Work to be completed>
Print the data exactly as it appears, keeping every word.

(Stored data)
□ □ □ □ □ □ □

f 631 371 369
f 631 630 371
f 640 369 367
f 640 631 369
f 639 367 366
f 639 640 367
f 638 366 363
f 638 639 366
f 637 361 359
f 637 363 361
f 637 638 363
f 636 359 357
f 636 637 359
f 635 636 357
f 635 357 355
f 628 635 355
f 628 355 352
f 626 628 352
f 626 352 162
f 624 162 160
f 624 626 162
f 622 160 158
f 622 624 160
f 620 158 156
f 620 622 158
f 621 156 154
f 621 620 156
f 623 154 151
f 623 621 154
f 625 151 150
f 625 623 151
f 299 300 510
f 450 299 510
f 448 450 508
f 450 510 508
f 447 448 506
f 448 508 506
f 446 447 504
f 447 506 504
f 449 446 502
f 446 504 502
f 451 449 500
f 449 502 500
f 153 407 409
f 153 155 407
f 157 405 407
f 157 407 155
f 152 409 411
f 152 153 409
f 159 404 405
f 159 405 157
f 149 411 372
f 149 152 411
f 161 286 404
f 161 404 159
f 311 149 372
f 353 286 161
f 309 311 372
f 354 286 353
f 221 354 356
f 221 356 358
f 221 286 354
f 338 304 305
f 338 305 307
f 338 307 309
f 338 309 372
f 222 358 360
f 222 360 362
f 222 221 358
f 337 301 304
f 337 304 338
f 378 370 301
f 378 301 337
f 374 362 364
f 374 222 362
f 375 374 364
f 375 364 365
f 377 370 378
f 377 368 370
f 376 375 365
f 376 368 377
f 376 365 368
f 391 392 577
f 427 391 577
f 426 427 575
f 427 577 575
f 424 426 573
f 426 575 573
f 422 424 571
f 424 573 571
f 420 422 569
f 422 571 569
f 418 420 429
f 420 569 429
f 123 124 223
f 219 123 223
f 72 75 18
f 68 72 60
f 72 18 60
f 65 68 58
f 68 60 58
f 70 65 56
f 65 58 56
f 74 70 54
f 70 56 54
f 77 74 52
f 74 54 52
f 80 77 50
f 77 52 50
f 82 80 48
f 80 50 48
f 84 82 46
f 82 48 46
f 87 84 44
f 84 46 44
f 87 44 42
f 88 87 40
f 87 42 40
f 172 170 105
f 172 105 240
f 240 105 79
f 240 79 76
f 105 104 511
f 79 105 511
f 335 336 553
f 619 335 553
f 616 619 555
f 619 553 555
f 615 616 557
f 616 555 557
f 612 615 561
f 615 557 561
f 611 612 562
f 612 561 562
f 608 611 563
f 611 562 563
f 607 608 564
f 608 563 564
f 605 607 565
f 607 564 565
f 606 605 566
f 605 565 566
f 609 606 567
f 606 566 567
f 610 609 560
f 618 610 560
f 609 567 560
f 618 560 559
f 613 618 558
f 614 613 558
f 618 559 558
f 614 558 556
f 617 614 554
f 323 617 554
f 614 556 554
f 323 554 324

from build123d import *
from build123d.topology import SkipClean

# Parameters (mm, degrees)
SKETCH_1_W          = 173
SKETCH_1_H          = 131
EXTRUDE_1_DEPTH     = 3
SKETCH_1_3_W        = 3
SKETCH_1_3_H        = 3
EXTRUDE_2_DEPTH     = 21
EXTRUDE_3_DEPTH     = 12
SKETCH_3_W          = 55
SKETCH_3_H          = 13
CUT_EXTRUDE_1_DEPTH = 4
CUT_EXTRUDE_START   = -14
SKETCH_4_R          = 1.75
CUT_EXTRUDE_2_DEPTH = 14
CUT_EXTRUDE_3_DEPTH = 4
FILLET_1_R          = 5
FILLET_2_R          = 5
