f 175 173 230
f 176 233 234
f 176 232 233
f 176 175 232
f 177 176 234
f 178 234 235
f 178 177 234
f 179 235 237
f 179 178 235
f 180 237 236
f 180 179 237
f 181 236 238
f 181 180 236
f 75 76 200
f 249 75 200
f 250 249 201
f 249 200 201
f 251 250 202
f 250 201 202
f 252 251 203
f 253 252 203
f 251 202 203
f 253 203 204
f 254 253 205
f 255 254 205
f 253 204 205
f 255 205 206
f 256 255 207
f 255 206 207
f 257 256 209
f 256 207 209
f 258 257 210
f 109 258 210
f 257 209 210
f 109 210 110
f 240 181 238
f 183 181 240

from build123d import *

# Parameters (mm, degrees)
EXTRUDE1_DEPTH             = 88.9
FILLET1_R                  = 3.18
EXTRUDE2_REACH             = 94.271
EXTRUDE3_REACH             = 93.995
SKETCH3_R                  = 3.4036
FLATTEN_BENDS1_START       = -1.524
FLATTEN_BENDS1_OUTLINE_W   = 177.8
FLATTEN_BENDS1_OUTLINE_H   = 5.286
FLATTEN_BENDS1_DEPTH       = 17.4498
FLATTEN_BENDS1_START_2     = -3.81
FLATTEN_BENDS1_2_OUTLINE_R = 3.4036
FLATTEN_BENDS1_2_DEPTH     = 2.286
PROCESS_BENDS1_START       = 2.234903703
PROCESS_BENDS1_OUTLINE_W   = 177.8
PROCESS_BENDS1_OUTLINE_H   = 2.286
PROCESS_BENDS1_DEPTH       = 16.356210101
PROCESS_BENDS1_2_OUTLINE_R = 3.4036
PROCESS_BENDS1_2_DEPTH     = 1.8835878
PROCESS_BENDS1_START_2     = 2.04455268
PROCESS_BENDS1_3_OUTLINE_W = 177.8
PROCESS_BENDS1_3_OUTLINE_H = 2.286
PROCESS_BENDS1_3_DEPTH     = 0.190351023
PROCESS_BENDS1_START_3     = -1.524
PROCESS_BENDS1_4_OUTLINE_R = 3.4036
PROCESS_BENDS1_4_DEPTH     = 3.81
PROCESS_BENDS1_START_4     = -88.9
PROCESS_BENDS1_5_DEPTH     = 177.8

□ □ □ □ □ □ □

Answer area>
f 631 371 369
f 631 630 371
f 640 369 367
f 640 631 369
f 639 367 366
f 639 640 367
f 638 366 363
f 638 639 366
f 637 361 359
f 637 363 361
f 637 638 363
f 636 359 357
f 636 637 359
f 635 636 357
f 635 357 355
f 628 635 355
f 628 355 352
f 626 628 352
f 626 352 162
f 624 162 160
f 624 626 162
f 622 160 158
f 622 624 160
f 620 158 156
f 620 622 158
f 621 156 154
f 621 620 156
f 623 154 151
f 623 621 154
f 625 151 150
f 625 623 151
f 299 300 510
f 450 299 510
f 448 450 508
f 450 510 508
f 447 448 506
f 448 508 506
f 446 447 504
f 447 506 504
f 449 446 502
f 446 504 502
f 451 449 500
f 449 502 500
f 153 407 409
f 153 155 407
f 157 405 407
f 157 407 155
f 152 409 411
f 152 153 409
f 159 404 405
f 159 405 157
f 149 411 372
f 149 152 411
f 161 286 404
f 161 404 159
f 311 149 372
f 353 286 161
f 309 311 372
f 354 286 353
f 221 354 356
f 221 356 358
f 221 286 354
f 338 304 305
f 338 305 307
f 338 307 309
f 338 309 372
f 222 358 360
f 222 360 362
f 222 221 358
f 337 301 304
f 337 304 338
f 378 370 301
f 378 301 337
f 374 362 364
f 374 222 362
f 375 374 364
f 375 364 365
f 377 370 378
f 377 368 370
f 376 375 365
f 376 368 377
f 376 365 368
f 391 392 577
f 427 391 577
f 426 427 575
f 427 577 575
f 424 426 573
f 426 575 573
f 422 424 571
f 424 573 571
f 420 422 569
f 422 571 569
f 418 420 429
f 420 569 429
f 123 124 223
f 219 123 223
f 72 75 18
f 68 72 60
f 72 18 60
f 65 68 58
f 68 60 58
f 70 65 56
f 65 58 56
f 74 70 54
f 70 56 54
f 77 74 52
f 74 54 52
f 80 77 50
f 77 52 50
f 82 80 48
f 80 50 48
f 84 82 46
f 82 48 46
f 87 84 44
f 84 46 44
f 87 44 42
f 88 87 40
f 87 42 40
f 172 170 105
f 172 105 240
f 240 105 79
f 240 79 76
f 105 104 511
f 79 105 511
f 335 336 553
f 619 335 553
f 616 619 555
f 619 553 555
f 615 616 557
f 616 555 557
f 612 615 561
f 615 557 561
f 611 612 562
f 612 561 562
f 608 611 563
f 611 562 563
f 607 608 564
f 608 563 564
f 605 607 565
f 607 564 565
f 606 605 566
f 605 565 566
f 609 606 567
f 606 566 567
f 610 609 560
f 618 610 560
f 609 567 560
f 618 560 559
f 613 618 558
f 614 613 558
f 618 559 558
f 614 558 556
f 617 614 554
f 323 617 554
f 614 556 554
f 323 554 324

from build123d import *
from build123d.topology import SkipClean

# Parameters (mm, degrees)
SKETCH_1_W          = 173
SKETCH_1_H          = 131
EXTRUDE_1_DEPTH     = 3
SKETCH_1_3_W        = 3
SKETCH_1_3_H        = 3
EXTRUDE_2_DEPTH     = 21
EXTRUDE_3_DEPTH     = 12
SKETCH_3_W          = 55
SKETCH_3_H          = 13
CUT_EXTRUDE_1_DEPTH = 4
CUT_EXTRUDE_START   = -14
SKETCH_4_R          = 1.75
CUT_EXTRUDE_2_DEPTH = 14
CUT_EXTRUDE_3_DEPTH = 4
FILLET_1_R          = 5
FILLET_2_R          = 5
f 175 173 230
f 176 233 234
f 176 232 233
f 176 175 232
f 177 176 234
f 178 234 235
f 178 177 234
f 179 235 237
f 179 178 235
f 180 237 236
f 180 179 237
f 181 236 238
f 181 180 236
f 75 76 200
f 249 75 200
f 250 249 201
f 249 200 201
f 251 250 202
f 250 201 202
f 252 251 203
f 253 252 203
f 251 202 203
f 253 203 204
f 254 253 205
f 255 254 205
f 253 204 205
f 255 205 206
f 256 255 207
f 255 206 207
f 257 256 209
f 256 207 209
f 258 257 210
f 109 258 210
f 257 209 210
f 109 210 110
f 240 181 238
f 183 181 240

from build123d import *

# Parameters (mm, degrees)
EXTRUDE1_DEPTH             = 88.9
FILLET1_R                  = 3.18
EXTRUDE2_REACH             = 94.271
EXTRUDE3_REACH             = 93.995
SKETCH3_R                  = 3.4036
FLATTEN_BENDS1_START       = -1.524
FLATTEN_BENDS1_OUTLINE_W   = 177.8
FLATTEN_BENDS1_OUTLINE_H   = 5.286
FLATTEN_BENDS1_DEPTH       = 17.4498
FLATTEN_BENDS1_START_2     = -3.81
FLATTEN_BENDS1_2_OUTLINE_R = 3.4036
FLATTEN_BENDS1_2_DEPTH     = 2.286
PROCESS_BENDS1_START       = 2.234903703
PROCESS_BENDS1_OUTLINE_W   = 177.8
PROCESS_BENDS1_OUTLINE_H   = 2.286
PROCESS_BENDS1_DEPTH       = 16.356210101
PROCESS_BENDS1_2_OUTLINE_R = 3.4036
PROCESS_BENDS1_2_DEPTH     = 1.8835878
PROCESS_BENDS1_START_2     = 2.04455268
PROCESS_BENDS1_3_OUTLINE_W = 177.8
PROCESS_BENDS1_3_OUTLINE_H = 2.286
PROCESS_BENDS1_3_DEPTH     = 0.190351023
PROCESS_BENDS1_START_3     = -1.524
PROCESS_BENDS1_4_OUTLINE_R = 3.4036
PROCESS_BENDS1_4_DEPTH     = 3.81
PROCESS_BENDS1_START_4     = -88.9
PROCESS_BENDS1_5_DEPTH     = 177.8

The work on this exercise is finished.